# Singapore Neighborhoods



## martahari

Hi - 

I will be working in Singapore at the ION Mall for 1 year. My goal is to live in an apt for about $1000USD or less a month - any advice on neighborhoods to look for a space in? I don't want to travel any more that 30 min to / from work. 

Thanks.


----------



## D^Quixote

Hi Martahari,

The most sought after places would be Holland Village (15 mins by bus), Clementi (20), Queenstown / Commonwealth (10). These areas are popular because they're very expat friendly. If you like your bars and pubs, then Holland Village would be a great place to stay. A condo there might set you back S$2,500 onwards, while if you're renting a flat (HDB) by yourself it would be around S$2,000. So these might be areas you'd want to consider if you don't mind stretching your budget. An alternative would be to rent a room in either a condo or HDB flat in these areas (maybe S$1,000 onwards). But rent / sales in this area has been climbing recently.

Other areas you might want to look at would be Ang Mo Kio or Bishan. These would be 20 mins away by train (not sure abt buses). Renting a common room in a shared HDB flat would cost you around $700 onwards. Condos maybe S$1,000.

If you're really trying to save on your rental, you can try Bukit Panjang. It's a quieter neighbourhood, and renting a common room would prob only cost you S$500 upwards a month. If you can get a room near Bukit Panjang Plaza or somewhere near the highway (PIE) that leads to town, then ION would be a 30 min bus ride away (altho it'll take abt 45 - 60 mins by train). Traffic on the highway may get heavy during rush hour tho. 

However, most of these options do mean that you'll most likely be sharing a flat / condo with a Singaporean family or other expats.

And don't worry about public transportation here btw. It's cheap, fast and efficient. There are also many threads in these forum if you're wondering abt costs of living and such. Hope you have a great stay here! ION seems like a fun place to work.


----------



## martahari

Thanks for the post.... 

This is a newbie questions but can you define "common room" and HDB flat. I have seen these terms but am unclear about what type of living space it is. 

One other question - my work hours may be late like 1030 - 1100 pm - is transportation safe at those times? I currently live in Chicago and that really wouldn't be an option for me here.


----------



## simonsays

Hi,

I would say Singapore is one of the safest place in the world.

it is not uncommon to see girls going out to bars, and coming out sloshed, at 3 AM, and happily getting into cabs, because, they know, that nothing can happen to them .. Now, that is not something I have seen in any other country .. 

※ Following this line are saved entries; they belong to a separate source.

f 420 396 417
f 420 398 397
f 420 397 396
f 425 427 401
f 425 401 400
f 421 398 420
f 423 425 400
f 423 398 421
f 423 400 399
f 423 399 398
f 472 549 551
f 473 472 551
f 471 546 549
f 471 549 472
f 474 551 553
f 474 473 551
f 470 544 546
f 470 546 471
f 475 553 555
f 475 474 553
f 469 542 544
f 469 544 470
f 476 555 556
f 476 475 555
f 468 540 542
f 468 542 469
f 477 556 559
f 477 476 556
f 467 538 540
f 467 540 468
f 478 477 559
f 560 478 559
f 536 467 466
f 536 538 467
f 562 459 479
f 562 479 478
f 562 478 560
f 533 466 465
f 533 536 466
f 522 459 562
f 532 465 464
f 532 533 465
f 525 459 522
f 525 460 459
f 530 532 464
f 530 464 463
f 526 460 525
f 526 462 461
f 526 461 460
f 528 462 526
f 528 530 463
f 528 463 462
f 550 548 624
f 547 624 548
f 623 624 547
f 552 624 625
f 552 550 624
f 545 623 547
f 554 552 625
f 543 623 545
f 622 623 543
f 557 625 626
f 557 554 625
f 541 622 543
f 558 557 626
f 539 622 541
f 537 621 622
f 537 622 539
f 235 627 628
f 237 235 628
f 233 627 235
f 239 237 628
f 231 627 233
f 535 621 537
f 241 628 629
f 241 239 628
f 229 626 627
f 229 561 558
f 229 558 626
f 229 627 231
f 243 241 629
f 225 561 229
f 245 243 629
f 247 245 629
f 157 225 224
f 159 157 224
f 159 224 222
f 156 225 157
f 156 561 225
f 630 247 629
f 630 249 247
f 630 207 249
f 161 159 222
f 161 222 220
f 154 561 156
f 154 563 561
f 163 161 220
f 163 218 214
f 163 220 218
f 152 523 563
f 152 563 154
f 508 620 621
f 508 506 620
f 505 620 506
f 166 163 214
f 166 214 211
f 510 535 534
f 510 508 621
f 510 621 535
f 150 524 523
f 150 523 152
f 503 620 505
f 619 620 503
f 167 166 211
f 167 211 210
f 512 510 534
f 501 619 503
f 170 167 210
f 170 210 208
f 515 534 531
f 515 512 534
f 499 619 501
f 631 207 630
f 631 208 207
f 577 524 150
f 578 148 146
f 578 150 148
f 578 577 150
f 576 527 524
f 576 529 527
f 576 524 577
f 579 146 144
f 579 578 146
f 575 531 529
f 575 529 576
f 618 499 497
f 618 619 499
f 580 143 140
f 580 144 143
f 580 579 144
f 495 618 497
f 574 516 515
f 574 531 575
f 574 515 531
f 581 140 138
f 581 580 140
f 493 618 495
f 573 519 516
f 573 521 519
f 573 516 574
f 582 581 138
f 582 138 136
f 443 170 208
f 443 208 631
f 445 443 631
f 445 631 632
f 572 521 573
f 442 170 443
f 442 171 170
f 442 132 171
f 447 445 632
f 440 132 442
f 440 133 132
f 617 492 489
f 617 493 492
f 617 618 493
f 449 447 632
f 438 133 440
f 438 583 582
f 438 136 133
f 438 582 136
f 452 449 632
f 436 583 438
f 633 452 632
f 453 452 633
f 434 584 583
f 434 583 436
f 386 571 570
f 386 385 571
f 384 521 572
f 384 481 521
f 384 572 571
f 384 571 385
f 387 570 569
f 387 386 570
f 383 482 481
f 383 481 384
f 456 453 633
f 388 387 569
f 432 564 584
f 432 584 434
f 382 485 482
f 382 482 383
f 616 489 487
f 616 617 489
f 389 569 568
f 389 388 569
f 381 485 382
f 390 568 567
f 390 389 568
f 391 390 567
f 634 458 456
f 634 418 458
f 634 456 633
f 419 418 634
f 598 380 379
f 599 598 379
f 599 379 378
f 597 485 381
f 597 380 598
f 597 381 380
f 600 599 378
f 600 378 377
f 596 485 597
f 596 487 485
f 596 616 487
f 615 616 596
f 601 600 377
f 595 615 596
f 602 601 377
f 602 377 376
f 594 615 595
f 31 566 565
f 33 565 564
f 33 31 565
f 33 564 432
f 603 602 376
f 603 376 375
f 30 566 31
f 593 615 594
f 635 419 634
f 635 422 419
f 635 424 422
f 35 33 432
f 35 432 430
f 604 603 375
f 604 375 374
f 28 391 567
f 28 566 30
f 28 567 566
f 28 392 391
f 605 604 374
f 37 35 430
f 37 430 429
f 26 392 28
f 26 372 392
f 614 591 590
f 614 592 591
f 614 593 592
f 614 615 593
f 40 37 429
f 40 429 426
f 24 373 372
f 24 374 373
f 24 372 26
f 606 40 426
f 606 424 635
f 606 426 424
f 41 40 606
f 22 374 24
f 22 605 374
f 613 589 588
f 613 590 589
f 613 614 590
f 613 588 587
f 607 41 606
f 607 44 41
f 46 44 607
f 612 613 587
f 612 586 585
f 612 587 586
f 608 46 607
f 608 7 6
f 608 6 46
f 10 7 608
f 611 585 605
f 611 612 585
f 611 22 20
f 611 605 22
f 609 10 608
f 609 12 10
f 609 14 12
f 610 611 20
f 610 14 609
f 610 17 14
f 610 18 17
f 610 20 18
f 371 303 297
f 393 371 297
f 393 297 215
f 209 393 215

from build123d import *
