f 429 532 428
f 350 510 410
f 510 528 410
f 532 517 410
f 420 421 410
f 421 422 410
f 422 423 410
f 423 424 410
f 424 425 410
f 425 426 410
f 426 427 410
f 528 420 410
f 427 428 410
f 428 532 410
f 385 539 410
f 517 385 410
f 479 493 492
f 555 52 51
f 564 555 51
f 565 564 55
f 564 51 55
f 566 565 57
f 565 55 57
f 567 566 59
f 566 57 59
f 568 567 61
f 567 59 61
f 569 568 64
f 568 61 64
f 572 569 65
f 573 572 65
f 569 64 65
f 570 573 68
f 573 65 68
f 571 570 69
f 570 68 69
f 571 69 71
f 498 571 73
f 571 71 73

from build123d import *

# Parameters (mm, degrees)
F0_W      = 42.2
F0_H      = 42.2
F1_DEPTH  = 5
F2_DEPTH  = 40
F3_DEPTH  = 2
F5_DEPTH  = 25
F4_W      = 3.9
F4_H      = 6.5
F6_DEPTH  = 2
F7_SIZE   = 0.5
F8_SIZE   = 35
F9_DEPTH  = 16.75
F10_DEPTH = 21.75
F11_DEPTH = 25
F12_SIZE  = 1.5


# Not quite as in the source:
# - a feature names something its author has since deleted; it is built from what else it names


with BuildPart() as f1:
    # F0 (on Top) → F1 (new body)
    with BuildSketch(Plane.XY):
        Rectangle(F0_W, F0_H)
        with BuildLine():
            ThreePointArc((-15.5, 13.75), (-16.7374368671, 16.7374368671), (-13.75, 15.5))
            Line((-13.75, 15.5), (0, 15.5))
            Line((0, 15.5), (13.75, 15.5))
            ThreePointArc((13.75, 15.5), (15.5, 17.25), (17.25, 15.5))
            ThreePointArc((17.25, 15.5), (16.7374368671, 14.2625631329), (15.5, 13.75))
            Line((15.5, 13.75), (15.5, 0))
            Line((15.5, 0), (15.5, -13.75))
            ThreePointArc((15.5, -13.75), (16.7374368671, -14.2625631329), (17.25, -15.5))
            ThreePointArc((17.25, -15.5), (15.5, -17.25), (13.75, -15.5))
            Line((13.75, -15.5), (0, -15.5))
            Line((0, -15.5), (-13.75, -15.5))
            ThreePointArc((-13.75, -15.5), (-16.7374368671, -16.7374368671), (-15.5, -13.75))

And most bars and discotheques close at 3 AM or later, and you can see the staff and customers alike, happily get the midnight bus service, or sit outside the work places waiting for the morning buses - especially for those places that close at 5 AM or later .. 

Molesting of girls leads to painful caning, and the police response is very fast. And there are a lot of cops in civil, especially around the crowded areas .. if you call the miniscule crowds here as crowded .. 

Singapore is not crime free, but, with the crimes that happen here, a simple pick pocket case is shamed and made headline, and that shows the virtually crime free environment.

As for caning, read up on .. .. Michael P. Fay - Wikipedia, the free encyclopedia

As for the 30 minutes travel, if your company is providing transport allowances, then you could stay virtually anywhere in Singapore, as, from Orchard, except on rarest days, you could reach any end of Singapore within 45 minutes to one hour, maximum.

For rooms - master bedroom refers to the room with toilet attached.

Common room refers to the other rooms, and the toilet is a toilet shared with other rooms in the apartment, as most housing board apartments tend to have three bedrooms, with one attached and a common toilet.

As for the budget, at 1000 US (approx 1,400 S$), you may be able to get a two bedroom apartment, if you are not too finicky about the facilities, and if you are keen to live alone ..


----------



## Jusanmoto

Hi Martahari, i think you should get a condo master room in town with your budget! you will not be able to find a house near your office with $1,400. 

Matahari in malay is SUN


----------